Why is PAPSS cheaper than SWIFT?
- Transactions settle in local currencies
- No forced USD or EUR conversion
- Fewer correspondent banks are involved
Usecases
- A Ghanaian business paying a Nigerian supplier via PAPSS avoids international wire fees.
- Regional trade payments clear faster and cheaper than SWIFT transfers.
- Central banks and commercial banks use PAPSS to reduce FX pressure.
Best use cases
- Bank-to-bank transfers
- Medium to large value transactions
- Corporate and institutional payments
Limitations
- Depends on bank participation
- Less consumer-friendly than fintech apps
5. Flat-Fee Remittance Apps
Some remittance platforms focus on flat pricing, which can be cost-effective for large transfers. Notable examples are Lemfi, Monieworld by Moniepoint, and Send by Flutterwave.
Why flat fees can be cheap
- The fee does not scale with the amount
- Ideal for high-value transfers
Usecases
- Sending $5,000 from Nigeria to Kenya may cost the same as sending $500.
- Businesses making one-time supplier payments benefit from predictable fees.
Best use cases
- Large transfers
- Business payments
Limitations
- More expensive for small transfers
- FX margin still matters
6. Global Platforms
These platforms are not Africa-first. Wise remains one of the most trusted low-cost options for cross-border transfers involving Africa.

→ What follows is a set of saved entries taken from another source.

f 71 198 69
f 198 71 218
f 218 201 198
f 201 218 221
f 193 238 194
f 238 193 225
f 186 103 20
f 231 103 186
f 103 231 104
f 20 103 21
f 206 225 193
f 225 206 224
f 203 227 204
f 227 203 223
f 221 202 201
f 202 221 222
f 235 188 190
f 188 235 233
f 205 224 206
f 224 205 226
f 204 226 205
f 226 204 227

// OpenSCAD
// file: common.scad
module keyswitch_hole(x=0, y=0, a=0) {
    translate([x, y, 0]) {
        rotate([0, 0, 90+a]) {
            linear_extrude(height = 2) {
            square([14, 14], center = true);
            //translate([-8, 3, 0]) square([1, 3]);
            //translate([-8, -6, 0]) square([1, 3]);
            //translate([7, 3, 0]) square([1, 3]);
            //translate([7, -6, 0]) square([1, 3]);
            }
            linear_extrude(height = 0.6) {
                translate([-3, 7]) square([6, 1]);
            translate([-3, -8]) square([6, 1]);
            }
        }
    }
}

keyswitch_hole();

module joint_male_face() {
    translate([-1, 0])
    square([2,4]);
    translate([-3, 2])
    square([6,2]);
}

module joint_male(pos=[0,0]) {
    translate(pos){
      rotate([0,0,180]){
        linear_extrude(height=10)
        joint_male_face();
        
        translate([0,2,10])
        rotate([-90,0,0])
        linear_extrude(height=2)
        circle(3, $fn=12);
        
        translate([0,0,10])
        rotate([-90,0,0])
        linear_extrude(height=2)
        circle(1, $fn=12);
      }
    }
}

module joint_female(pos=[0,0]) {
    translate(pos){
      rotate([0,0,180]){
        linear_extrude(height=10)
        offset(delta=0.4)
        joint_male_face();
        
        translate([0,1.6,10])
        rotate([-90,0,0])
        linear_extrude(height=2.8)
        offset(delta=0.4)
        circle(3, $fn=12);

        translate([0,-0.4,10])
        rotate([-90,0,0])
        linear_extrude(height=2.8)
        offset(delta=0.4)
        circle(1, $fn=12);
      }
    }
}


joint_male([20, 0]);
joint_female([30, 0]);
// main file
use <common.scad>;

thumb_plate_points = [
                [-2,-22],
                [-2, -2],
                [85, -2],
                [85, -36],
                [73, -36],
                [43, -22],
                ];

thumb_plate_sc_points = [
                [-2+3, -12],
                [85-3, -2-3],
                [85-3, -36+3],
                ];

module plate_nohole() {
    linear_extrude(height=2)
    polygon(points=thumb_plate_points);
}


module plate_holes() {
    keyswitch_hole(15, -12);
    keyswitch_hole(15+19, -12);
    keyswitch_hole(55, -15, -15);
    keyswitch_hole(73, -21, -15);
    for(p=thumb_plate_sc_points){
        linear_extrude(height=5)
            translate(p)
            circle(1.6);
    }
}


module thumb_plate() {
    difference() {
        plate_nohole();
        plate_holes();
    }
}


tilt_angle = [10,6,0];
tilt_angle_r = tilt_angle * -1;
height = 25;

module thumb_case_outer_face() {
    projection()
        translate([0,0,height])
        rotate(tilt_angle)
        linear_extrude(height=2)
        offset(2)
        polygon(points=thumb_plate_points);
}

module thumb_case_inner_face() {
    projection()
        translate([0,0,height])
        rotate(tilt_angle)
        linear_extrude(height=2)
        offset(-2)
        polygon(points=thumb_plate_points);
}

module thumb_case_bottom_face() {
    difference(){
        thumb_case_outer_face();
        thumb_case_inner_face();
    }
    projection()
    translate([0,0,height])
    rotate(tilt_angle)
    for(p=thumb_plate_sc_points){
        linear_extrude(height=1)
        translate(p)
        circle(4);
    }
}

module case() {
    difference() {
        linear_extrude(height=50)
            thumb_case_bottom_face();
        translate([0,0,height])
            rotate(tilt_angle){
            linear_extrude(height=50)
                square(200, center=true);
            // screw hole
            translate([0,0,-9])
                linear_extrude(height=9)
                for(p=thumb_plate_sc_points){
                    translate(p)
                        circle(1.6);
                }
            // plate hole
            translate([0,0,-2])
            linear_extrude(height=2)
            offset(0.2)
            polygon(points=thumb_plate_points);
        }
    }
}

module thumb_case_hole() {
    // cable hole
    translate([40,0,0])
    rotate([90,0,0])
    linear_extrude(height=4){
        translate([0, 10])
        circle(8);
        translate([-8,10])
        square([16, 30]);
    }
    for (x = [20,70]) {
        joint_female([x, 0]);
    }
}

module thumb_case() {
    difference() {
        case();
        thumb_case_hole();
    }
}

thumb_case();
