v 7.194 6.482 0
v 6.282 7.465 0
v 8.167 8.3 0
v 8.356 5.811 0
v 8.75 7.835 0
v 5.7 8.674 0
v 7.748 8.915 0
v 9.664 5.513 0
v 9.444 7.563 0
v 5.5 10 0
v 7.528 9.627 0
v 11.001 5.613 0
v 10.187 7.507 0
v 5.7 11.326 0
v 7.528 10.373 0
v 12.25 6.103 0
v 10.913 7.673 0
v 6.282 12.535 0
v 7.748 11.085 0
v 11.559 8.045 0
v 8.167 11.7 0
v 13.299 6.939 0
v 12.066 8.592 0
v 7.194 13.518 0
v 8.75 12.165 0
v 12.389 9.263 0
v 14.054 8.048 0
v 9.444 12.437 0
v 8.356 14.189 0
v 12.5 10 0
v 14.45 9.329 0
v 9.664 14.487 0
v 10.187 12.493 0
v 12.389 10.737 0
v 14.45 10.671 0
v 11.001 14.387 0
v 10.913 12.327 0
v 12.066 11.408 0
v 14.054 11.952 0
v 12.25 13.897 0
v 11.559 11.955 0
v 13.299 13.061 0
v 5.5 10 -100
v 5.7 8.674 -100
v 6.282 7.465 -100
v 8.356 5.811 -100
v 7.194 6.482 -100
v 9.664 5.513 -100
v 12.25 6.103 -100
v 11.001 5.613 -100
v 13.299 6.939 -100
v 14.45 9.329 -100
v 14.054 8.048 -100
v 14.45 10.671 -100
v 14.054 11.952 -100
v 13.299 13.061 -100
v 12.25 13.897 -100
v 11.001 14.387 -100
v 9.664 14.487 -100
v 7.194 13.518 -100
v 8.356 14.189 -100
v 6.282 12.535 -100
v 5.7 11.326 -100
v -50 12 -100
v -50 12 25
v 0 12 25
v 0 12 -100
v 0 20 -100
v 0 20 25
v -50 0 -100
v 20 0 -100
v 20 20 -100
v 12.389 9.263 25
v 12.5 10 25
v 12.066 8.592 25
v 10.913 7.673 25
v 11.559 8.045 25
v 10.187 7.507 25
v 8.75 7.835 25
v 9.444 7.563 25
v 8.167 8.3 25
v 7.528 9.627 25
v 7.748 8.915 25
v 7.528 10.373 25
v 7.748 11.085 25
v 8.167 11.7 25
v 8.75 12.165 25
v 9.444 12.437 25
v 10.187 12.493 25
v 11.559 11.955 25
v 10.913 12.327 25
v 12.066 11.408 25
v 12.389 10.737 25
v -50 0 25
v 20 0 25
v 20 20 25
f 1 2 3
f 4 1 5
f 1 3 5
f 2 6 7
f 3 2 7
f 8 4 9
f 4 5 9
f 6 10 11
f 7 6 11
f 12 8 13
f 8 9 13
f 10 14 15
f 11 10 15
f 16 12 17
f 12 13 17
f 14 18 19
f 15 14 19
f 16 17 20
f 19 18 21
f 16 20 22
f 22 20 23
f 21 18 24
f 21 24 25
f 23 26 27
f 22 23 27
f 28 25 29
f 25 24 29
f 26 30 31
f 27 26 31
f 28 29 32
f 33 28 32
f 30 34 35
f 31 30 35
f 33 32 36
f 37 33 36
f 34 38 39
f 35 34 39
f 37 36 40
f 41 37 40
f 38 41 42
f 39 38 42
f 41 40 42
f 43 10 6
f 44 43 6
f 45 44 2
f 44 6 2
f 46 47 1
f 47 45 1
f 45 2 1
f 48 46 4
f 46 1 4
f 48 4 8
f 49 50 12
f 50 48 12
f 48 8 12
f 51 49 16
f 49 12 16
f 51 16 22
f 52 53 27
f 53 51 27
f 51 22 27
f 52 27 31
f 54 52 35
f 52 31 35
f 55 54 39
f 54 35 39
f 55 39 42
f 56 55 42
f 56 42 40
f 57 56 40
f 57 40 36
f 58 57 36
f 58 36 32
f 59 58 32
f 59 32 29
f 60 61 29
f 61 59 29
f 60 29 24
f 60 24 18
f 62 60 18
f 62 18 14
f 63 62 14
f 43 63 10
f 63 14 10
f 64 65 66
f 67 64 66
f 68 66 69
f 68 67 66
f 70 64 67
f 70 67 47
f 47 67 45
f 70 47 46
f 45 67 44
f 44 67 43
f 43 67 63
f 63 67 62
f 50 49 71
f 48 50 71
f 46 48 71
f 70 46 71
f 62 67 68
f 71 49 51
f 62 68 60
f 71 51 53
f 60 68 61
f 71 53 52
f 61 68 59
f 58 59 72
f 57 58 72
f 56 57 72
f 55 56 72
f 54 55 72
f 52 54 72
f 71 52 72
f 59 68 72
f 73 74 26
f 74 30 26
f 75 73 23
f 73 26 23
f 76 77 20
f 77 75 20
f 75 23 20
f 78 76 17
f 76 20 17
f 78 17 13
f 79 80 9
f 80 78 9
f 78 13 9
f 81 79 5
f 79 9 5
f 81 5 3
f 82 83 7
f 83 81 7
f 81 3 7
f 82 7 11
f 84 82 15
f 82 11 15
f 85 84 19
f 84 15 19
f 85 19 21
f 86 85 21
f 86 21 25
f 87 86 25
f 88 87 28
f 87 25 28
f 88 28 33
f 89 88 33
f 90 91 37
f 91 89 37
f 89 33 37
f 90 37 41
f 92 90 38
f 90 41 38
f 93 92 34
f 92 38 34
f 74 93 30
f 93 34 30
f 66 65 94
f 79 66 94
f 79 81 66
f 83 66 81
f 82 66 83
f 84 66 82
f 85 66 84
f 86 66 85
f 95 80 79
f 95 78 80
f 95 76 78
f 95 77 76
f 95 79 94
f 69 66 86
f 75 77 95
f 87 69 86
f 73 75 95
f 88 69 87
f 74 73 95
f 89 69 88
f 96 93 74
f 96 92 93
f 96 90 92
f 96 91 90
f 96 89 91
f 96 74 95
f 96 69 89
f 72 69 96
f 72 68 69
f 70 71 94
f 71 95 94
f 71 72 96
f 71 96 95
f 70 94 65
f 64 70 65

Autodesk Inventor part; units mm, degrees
ref_plane "YZ Plane" through (0, 0, 0) normal (1, 0, 0) x (0, 1, 0)
ref_plane "XZ Plane" through (0, 0, 0) normal (0, 1, 0) x (-1, 0, 0)
ref_plane "XY Plane" through (0, 0, 0) normal (0, 0, 1) x (1, 0, 0)
sketch "Sketch1" plane through (0, 0, 0) normal (0, 0, 1) x (1, 0, 0)
  line L0 (0, 20) -> (20, 20)
  line L1 (20, 20) -> (20, 0)
  line L2 (20, 0) -> (0, 0)
  line L3 (0, 0) -> (0, 20)
  circle A0 centre (10, 10) radius 2.5
  dimension "d0" = 20
  dimension "d1" = 20
  dimension "d5" = 10
  dimension "d6" = 10
  dimension "d7" = 5
extrude "Extrusion2" add sketch "Sketch1" along normal blind 25
sketch "Sketch3" plane through (0, 0, 0) normal (0, 0, -1) x (-1, 0, 0)
  line L0 (-20, 20) -> (0, 20) projected
  line L1 (0, 20) -> (0, 0) projected
  line L2 (-20, 20) -> (0, 20)
  line L3 (0, 20) -> (0, 0)
  line L4 (0, 0) -> (-20, 0)
  line L5 (-20, 0) -> (-20, 20)
  circle A0 centre (-10, 10) radius 4.5
  dimension "d10" = 9
extrude "Extrusion3" add sketch "Sketch3" along normal blind 100
sketch "Sketch4" plane through (0, 0, 25) normal (0, 0, 1) x (1, 0, 0)
  line L0 (0, 0) -> (20, 0) projected
  line L1 (0, 0) -> (-50, 0)
  line L2 (-50, 0) -> (-50, 12)
  line L3 (-50, 12) -> (0, 12)
  line L4 (0, 12) -> (0, 0)
  point P0 (0, 6)
  dimension "d13" = 12
  dimension "d14" = 50
extrude "Extrusion4" add sketch "Sketch4" against normal blind 125
equation "\"d1\" = d0"
equation "\"d5\" = 0.5 * d0"
equation "\"d6\" = d5"
properties part number "Touchscreen mount v04"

Why do they remain competitive?
- Uses mid-market exchange rates
- Clearly displays all fees upfront
- No hidden margins
Usecases
- Sending money from Europe to Nigeria with predictable costs
- Transparent pricing for NGOs and international workers
Best use cases
- Africa to Europe or the US transfers
- Users prioritizing clarity over the absolute lowest cost
Limitations
- Less optimized for Africa-to-Africa wallet transfers
Final Thoughts: The Cheapest Way Depends on You
In 2026, there is no single “best” method for everyone. The cheapest option depends on: countries involved, transfer size, speed required, and payout method
That said, Africans today enjoy more affordable cross-border payment on Accrue and on other options than ever before, marking a major shift from the high-cost past.


I’ve lived many lives, but one lesson ties them all together: money is only as powerful as its utility. Through my work, I share stories about money and create guides for Africans who want to get the best out of theirs.